Итак, что бы развитое мы ни взяли, болезни ли (органический сложный и единый процесс) или живое, цветущее тело (сложный и единый организм), мы увидим одно, что разложению и смерти второго (организма) и уничтожению первой (процесса) предшествуют явления: упрощение составных частей, уменьшение числа признаков, ослабление единства, силы и вместе с тем смешение. Все постепенно понижается, мешается, сливается, а потом уже распадается и гибнет, переходя в нечто общее, не собой уже и не для себя существующее.
Перед окончательной гибелью индивидуализация как частей, так и целого слабеет. Гибнущее становится и однообразнее внутренно, и ближе к окружающему миру, и сходнее с родственными, близкими ему явлениями (т. е. свободнее). <...>
И это, повторяем, относится не только к организмам, но и к частям их, к системам (нервной, кровеносной и т. д.), к аппаратам (пищеварительному, дыхательному и т. д.); относится и к процессам нормальным и патологическим; даже и к тем идеальным, научным, собирательным единицам, которые зовутся вид, род, класс и т. д. Чем выше, чем развитее вид, род, класс, тем разнообразнее отделы (части, их составляющие), а собирательное, целое, все-таки весьма едино и ёстественно. <...>
То же самое мы можем наблюдать и в растительных организмах, процессах, органах и в растительной классификации по отделам, по собирательным единицам.
Все вначале просто, потом сложно, потом вторично упрощается, сперва уравниваясь и смешиваясь внутренно, а потом еще более упрощаясь отпадением частей и общим разложением, до перехода в неорганическую «Нирвану».

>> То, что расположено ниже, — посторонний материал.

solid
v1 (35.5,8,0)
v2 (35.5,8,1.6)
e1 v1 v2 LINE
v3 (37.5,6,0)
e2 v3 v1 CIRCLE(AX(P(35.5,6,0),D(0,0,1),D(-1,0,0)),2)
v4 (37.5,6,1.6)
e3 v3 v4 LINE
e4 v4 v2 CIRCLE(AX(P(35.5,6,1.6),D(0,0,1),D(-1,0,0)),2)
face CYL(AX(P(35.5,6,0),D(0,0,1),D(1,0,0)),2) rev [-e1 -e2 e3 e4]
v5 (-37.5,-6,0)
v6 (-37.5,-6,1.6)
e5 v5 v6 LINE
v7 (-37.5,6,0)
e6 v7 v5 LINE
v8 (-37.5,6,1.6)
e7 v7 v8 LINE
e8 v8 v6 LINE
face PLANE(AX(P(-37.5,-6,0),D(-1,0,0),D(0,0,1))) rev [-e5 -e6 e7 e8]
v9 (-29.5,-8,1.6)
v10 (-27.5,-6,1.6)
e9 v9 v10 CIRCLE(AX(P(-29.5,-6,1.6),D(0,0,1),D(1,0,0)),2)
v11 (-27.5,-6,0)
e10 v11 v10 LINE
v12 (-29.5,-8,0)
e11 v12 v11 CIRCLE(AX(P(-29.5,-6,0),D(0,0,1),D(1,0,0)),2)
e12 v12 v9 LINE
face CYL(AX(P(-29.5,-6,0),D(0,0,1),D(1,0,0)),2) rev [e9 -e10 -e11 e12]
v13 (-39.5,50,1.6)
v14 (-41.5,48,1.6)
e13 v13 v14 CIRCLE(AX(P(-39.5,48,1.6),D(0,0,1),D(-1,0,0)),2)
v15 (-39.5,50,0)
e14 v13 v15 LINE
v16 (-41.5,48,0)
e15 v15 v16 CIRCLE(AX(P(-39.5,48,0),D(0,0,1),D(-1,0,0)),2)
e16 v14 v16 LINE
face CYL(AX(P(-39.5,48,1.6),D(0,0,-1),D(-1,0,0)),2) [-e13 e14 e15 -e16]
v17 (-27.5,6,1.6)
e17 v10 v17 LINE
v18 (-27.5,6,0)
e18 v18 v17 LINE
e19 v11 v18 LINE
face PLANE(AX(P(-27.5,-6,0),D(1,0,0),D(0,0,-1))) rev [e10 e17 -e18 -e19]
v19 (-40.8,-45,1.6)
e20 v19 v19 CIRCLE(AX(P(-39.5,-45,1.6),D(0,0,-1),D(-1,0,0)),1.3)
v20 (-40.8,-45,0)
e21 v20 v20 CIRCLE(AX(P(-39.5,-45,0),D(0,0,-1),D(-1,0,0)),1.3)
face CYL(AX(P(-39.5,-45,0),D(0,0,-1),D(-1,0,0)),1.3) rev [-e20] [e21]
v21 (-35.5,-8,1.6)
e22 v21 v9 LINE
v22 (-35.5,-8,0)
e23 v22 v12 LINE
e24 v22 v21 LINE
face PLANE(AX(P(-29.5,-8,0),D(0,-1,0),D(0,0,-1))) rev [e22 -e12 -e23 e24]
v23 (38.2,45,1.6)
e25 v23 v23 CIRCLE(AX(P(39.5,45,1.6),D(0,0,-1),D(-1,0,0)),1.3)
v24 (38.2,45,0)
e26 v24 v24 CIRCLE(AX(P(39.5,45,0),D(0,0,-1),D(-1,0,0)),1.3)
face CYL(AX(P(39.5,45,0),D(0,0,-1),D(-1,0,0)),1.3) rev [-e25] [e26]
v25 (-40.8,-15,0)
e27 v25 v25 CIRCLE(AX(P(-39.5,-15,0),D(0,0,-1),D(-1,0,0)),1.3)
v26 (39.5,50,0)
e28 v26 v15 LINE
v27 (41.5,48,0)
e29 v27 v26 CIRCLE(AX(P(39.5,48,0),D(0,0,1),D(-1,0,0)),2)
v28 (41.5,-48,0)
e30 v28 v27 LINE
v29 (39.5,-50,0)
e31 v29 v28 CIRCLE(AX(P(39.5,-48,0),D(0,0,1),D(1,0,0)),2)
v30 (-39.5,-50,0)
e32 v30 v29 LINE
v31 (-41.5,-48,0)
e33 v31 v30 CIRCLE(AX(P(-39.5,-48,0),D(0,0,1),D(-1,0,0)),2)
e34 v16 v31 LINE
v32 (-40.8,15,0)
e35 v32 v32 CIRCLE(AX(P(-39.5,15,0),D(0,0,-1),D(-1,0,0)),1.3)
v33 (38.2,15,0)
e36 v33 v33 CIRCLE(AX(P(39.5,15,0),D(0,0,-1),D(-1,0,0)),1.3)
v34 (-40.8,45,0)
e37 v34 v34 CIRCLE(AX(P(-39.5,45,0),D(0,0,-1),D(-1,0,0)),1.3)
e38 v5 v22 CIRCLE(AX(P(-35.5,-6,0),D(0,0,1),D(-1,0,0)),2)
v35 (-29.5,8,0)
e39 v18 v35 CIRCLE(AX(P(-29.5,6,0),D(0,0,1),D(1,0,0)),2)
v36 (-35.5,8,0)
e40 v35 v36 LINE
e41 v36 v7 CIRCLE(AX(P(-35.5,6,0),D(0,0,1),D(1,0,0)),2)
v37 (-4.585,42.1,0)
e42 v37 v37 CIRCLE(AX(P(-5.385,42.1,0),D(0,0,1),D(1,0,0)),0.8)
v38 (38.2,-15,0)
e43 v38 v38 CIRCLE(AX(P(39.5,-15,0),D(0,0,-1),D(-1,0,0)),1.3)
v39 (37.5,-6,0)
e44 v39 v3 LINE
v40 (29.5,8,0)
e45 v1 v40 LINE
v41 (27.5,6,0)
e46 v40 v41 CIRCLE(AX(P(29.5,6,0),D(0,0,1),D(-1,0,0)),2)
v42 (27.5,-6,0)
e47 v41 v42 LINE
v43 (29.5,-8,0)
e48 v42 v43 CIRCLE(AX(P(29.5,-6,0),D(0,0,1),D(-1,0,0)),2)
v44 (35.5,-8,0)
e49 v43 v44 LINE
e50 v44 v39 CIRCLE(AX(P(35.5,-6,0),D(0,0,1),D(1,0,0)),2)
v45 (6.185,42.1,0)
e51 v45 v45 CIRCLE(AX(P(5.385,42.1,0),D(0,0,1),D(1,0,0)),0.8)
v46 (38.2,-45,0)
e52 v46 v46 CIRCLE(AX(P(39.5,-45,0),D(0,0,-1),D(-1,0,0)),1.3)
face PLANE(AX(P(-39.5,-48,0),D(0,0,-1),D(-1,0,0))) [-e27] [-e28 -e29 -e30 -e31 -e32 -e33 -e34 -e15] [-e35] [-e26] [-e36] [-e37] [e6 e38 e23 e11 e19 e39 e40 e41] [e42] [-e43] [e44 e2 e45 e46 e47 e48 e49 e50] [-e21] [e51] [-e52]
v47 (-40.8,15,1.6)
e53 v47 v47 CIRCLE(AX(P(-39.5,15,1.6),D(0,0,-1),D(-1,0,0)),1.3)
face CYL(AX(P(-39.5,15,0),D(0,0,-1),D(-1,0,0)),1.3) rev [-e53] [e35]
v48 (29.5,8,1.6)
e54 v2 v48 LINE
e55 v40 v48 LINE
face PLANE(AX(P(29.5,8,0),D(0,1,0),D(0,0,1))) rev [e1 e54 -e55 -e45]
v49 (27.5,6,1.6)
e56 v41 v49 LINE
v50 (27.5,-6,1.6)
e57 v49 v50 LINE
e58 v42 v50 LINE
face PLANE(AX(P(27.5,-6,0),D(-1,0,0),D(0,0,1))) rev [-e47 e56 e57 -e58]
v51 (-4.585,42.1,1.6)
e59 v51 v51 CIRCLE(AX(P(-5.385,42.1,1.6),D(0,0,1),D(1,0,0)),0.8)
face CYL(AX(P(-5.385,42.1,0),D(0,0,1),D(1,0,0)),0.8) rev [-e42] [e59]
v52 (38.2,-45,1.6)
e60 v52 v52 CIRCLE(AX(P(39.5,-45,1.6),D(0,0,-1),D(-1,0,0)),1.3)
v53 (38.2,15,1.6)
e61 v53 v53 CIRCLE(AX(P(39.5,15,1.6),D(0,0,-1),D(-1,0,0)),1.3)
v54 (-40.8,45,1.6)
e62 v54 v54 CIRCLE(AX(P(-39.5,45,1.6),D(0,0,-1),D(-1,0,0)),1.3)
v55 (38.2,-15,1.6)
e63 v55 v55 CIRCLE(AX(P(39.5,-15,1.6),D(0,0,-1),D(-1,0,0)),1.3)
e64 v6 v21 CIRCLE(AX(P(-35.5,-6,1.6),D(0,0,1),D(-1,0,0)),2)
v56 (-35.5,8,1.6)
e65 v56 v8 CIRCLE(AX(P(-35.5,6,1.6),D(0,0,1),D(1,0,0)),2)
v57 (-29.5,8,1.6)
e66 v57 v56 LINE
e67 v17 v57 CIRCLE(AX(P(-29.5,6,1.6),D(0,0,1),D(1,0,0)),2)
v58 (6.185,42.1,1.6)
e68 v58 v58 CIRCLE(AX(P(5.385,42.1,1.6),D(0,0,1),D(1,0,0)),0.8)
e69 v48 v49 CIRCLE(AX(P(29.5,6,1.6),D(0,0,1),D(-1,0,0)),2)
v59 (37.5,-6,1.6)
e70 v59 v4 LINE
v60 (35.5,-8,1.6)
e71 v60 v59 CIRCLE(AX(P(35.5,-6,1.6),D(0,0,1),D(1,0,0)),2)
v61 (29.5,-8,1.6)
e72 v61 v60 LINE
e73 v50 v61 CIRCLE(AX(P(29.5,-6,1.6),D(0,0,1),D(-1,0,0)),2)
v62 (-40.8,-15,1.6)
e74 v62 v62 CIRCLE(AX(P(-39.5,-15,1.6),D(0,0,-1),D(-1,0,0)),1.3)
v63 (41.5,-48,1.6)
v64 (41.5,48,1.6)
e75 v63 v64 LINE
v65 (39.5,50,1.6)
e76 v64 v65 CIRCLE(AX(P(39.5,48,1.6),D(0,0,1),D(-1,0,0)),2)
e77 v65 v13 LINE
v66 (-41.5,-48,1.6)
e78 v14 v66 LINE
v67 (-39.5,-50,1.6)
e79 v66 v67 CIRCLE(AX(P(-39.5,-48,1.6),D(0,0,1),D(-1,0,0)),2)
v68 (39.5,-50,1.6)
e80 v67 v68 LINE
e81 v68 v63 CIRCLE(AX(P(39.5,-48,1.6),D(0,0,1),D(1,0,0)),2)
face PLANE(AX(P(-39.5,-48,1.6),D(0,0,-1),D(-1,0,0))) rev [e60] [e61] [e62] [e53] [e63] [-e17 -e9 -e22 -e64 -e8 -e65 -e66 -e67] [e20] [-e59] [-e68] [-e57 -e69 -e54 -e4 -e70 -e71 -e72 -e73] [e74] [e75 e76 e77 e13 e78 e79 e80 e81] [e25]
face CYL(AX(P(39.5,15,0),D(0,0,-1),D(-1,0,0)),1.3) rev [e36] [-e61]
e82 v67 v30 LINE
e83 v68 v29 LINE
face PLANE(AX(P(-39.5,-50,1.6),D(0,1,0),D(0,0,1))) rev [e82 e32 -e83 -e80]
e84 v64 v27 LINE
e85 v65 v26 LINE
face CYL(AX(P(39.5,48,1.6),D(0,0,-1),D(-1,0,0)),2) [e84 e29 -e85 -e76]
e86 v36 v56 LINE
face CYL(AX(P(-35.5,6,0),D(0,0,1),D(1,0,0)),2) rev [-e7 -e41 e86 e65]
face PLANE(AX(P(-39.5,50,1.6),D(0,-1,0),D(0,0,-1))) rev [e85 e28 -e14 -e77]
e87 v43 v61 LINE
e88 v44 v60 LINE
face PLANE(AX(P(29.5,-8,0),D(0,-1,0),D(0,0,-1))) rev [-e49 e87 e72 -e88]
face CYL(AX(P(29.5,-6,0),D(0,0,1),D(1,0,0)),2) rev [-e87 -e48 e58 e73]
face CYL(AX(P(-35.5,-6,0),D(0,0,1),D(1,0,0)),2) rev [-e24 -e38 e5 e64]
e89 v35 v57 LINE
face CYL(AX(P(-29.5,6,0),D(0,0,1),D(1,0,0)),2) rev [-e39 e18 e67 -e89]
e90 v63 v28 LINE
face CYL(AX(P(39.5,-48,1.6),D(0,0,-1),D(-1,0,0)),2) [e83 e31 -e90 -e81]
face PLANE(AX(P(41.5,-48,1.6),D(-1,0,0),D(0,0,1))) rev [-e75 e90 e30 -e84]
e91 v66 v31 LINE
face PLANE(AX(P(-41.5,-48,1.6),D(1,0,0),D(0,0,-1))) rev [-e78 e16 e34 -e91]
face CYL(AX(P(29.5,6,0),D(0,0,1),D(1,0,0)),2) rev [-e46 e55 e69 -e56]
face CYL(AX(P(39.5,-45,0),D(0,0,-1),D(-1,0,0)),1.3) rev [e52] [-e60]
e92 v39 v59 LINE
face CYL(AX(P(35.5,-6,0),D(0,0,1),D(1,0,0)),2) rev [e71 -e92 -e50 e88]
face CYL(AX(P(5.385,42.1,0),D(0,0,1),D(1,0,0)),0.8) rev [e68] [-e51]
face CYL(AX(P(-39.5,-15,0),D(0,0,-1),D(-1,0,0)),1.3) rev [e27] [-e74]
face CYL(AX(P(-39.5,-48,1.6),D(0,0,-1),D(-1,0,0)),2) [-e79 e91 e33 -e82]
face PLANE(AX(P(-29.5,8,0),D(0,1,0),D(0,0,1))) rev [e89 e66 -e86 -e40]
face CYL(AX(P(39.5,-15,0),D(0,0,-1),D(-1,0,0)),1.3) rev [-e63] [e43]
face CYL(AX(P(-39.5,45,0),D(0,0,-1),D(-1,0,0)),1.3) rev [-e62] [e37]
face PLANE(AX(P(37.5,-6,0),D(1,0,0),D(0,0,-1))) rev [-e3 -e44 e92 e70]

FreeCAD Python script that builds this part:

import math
import FreeCAD as App
import Part
import Sketcher
from FreeCAD import Vector

doc = App.newDocument("Part")
body = doc.addObject("PartDesign::Body", "Body")

# Sketch on XY plane
sketch1 = body.newObject("Sketcher::SketchObject", "Sketch")
sketch1.AttachmentSupport = (doc.getObject("XY_Plane"), [""])
sketch1.MapMode = "FlatFace"
sketch1.addGeometry([
    Part.LineSegment(Vector(-39.5, -50, 0), Vector(39.5, -50, 0)),  # 0
    Part.ArcOfCircle(Part.Circle(Vector(39.5, -48, 0), Vector(0, 0, 1), 2), math.radians(-90), math.radians(0)),  # 1
    Part.LineSegment(Vector(41.5, -48, 0), Vector(41.5, 48, 0)),  # 2
    Part.ArcOfCircle(Part.Circle(Vector(39.5, 48, 0), Vector(0, 0, 1), 2), math.radians(0), math.radians(90)),  # 3
    Part.LineSegment(Vector(39.5, 50, 0), Vector(-39.5, 50, 0)),  # 4
    Part.ArcOfCircle(Part.Circle(Vector(-39.5, 48, 0), Vector(0, 0, 1), 2), math.radians(90), math.radians(180)),  # 5
    Part.LineSegment(Vector(-41.5, 48, 0), Vector(-41.5, -48, 0)),  # 6
    Part.ArcOfCircle(Part.Circle(Vector(-39.5, -48, 0), Vector(0, 0, 1), 2), math.radians(-180), math.radians(-90)),  # 7
], False)
sketch1.addConstraint([
    Sketcher.Constraint("Tangent", 0, 2, 1, 1),
    Sketcher.Constraint("Tangent", 1, 2, 2, 1),
    Sketcher.Constraint("Tangent", 2, 2, 3, 1),
    Sketcher.Constraint("Tangent", 3, 2, 4, 1),
    Sketcher.Constraint("Tangent", 4, 2, 5, 1),
    Sketcher.Constraint("Tangent", 5, 2, 6, 1),
    Sketcher.Constraint("Tangent", 6, 2, 7, 1),
    Sketcher.Constraint("Tangent", 7, 2, 0, 1),
    Sketcher.Constraint("Horizontal", 0),
    Sketcher.Constraint("Vertical", 2),
    Sketcher.Constraint("Horizontal", 4),
    Sketcher.Constraint("Vertical", 6),
    Sketcher.Constraint("Equal", 1, 3),
    Sketcher.Constraint("Equal", 3, 5),
    Sketcher.Constraint("Equal", 5, 7),
    Sketcher.Constraint("Symmetric", 1, 3, 5, 3, -1, 1),
    Sketcher.Constraint("Radius", 1, 2.0),
    Sketcher.Constraint("DistanceX", 0, 1, 0, 2, 79.0),
    Sketcher.Constraint("DistanceY", 2, 1, 2, 2, 96.0),
])
pad1 = body.newObject("PartDesign::Pad", "Pad")
pad1.Profile = sketch1
pad1.Length = 1.6

# Sketch on XY plane
sketch2 = body.newObject("Sketcher::SketchObject", "Sketch001")
sketch2.AttachmentSupport = (doc.getObject("XY_Plane"), [""])
sketch2.MapMode = "FlatFace"
sketch2.AttachmentOffset = App.Placement(Vector(0, 0, 1.6), App.Rotation())
sketch2.addGeometry([
    Part.Circle(Vector(-5.4, 42.1, 0), Vector(0, 0, 1), 0.8),
    Part.Circle(Vector(5.4, 42.1, 0), Vector(0, 0, 1), 0.8),
], False)
sketch2.addConstraint([
    Sketcher.Constraint("Equal", 0, 1),
    Sketcher.Constraint("Symmetric", 0, 3, 1, 3, -2),
    Sketcher.Constraint("Diameter", 0, 1.6),
    Sketcher.Constraint("DistanceY", -1, 1, 0, 3, 42.1),
    Sketcher.Constraint("DistanceX", 0, 3, 1, 3, 10.77),
])
pocket1 = body.newObject("PartDesign::Pocket", "Pocket")
pocket1.Profile = sketch2
pocket1.Type = "ThroughAll"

При дальнейшем размышлении мы видим, что этот триединый процесс свойствен не только тому миру, который зовется собственно органическим, но, может быть, и всему существующему в пространстве и времени. Может быть, он свойствен и небесным телам, и истории развития их минеральной коры, и характерам человеческим; он ясен в ходе развития искусств, школ живописи, музыкальных и архитектурных стилей, в философских системах, в истории религий и, наконец, в жизни племен, государственных организм до а целых культурных миров. <...>
Мы заметим то же и в истории искусств: а) период первоначальной простоты: циклопические постройки, конусообразные могилы этрусков (послужившие, вероятно, исходным образцом для куполов и вообще для круглых линий развитой римской архитектуры), избы русских крестьян, дорический орден и т. д., эпические песни первобытных племен; музыка диких, первоначальная иконопись, лубочные картины и т. д. б) период цветущей сложности: Парфенон, храм Ефесской Дианы (в котором даже на колоннах были изваяния), Страсбургский, Реймский, Миланский соборы, св. Петра, св. Марка, римские великие здания, Софокл, Шекспир, Данте, Байрон, Рафаэль, Микель-Анджело и т. д.; в) период смешения, перехода во вторичное упрощение, упадка, замены другим: все здания переходных эпох, романский стиль (до начала готического и от падения римского), все нынешние утилитарные постройки, казармы, больницы, училища, станции железных дорог и т. д. В архитектуре единство есть то, что зовут стиль. В цветущие эпохи постройки разнообразны в пределах стиля; нет ни эклектического смещения, ни бездарной старческой простоты. <...>
Примером вторичного упрощения всех прежних европейских стилей может служить современный реализм литературного искусства. В нем есть нечто и эклектическое (т. е. смешанное) и приниженное, количественно павшее, плоское. Типические представители великих стилей поэзии все чрезвычайно несходны между собою: у них чрезвычайно много внутреннего содержания, много отличительных признаков, много индивидуальности. В них много и того, что принадлежит веку (содержание), и того, что принадлежит им самим, их личности, тому единству духа личного, которое они влагали в разнообразие содержания. Таковы: Дант, Шекспир, Корнель, Расин, Байрон, Вальтер-Скотт, Гёте, Шиллер.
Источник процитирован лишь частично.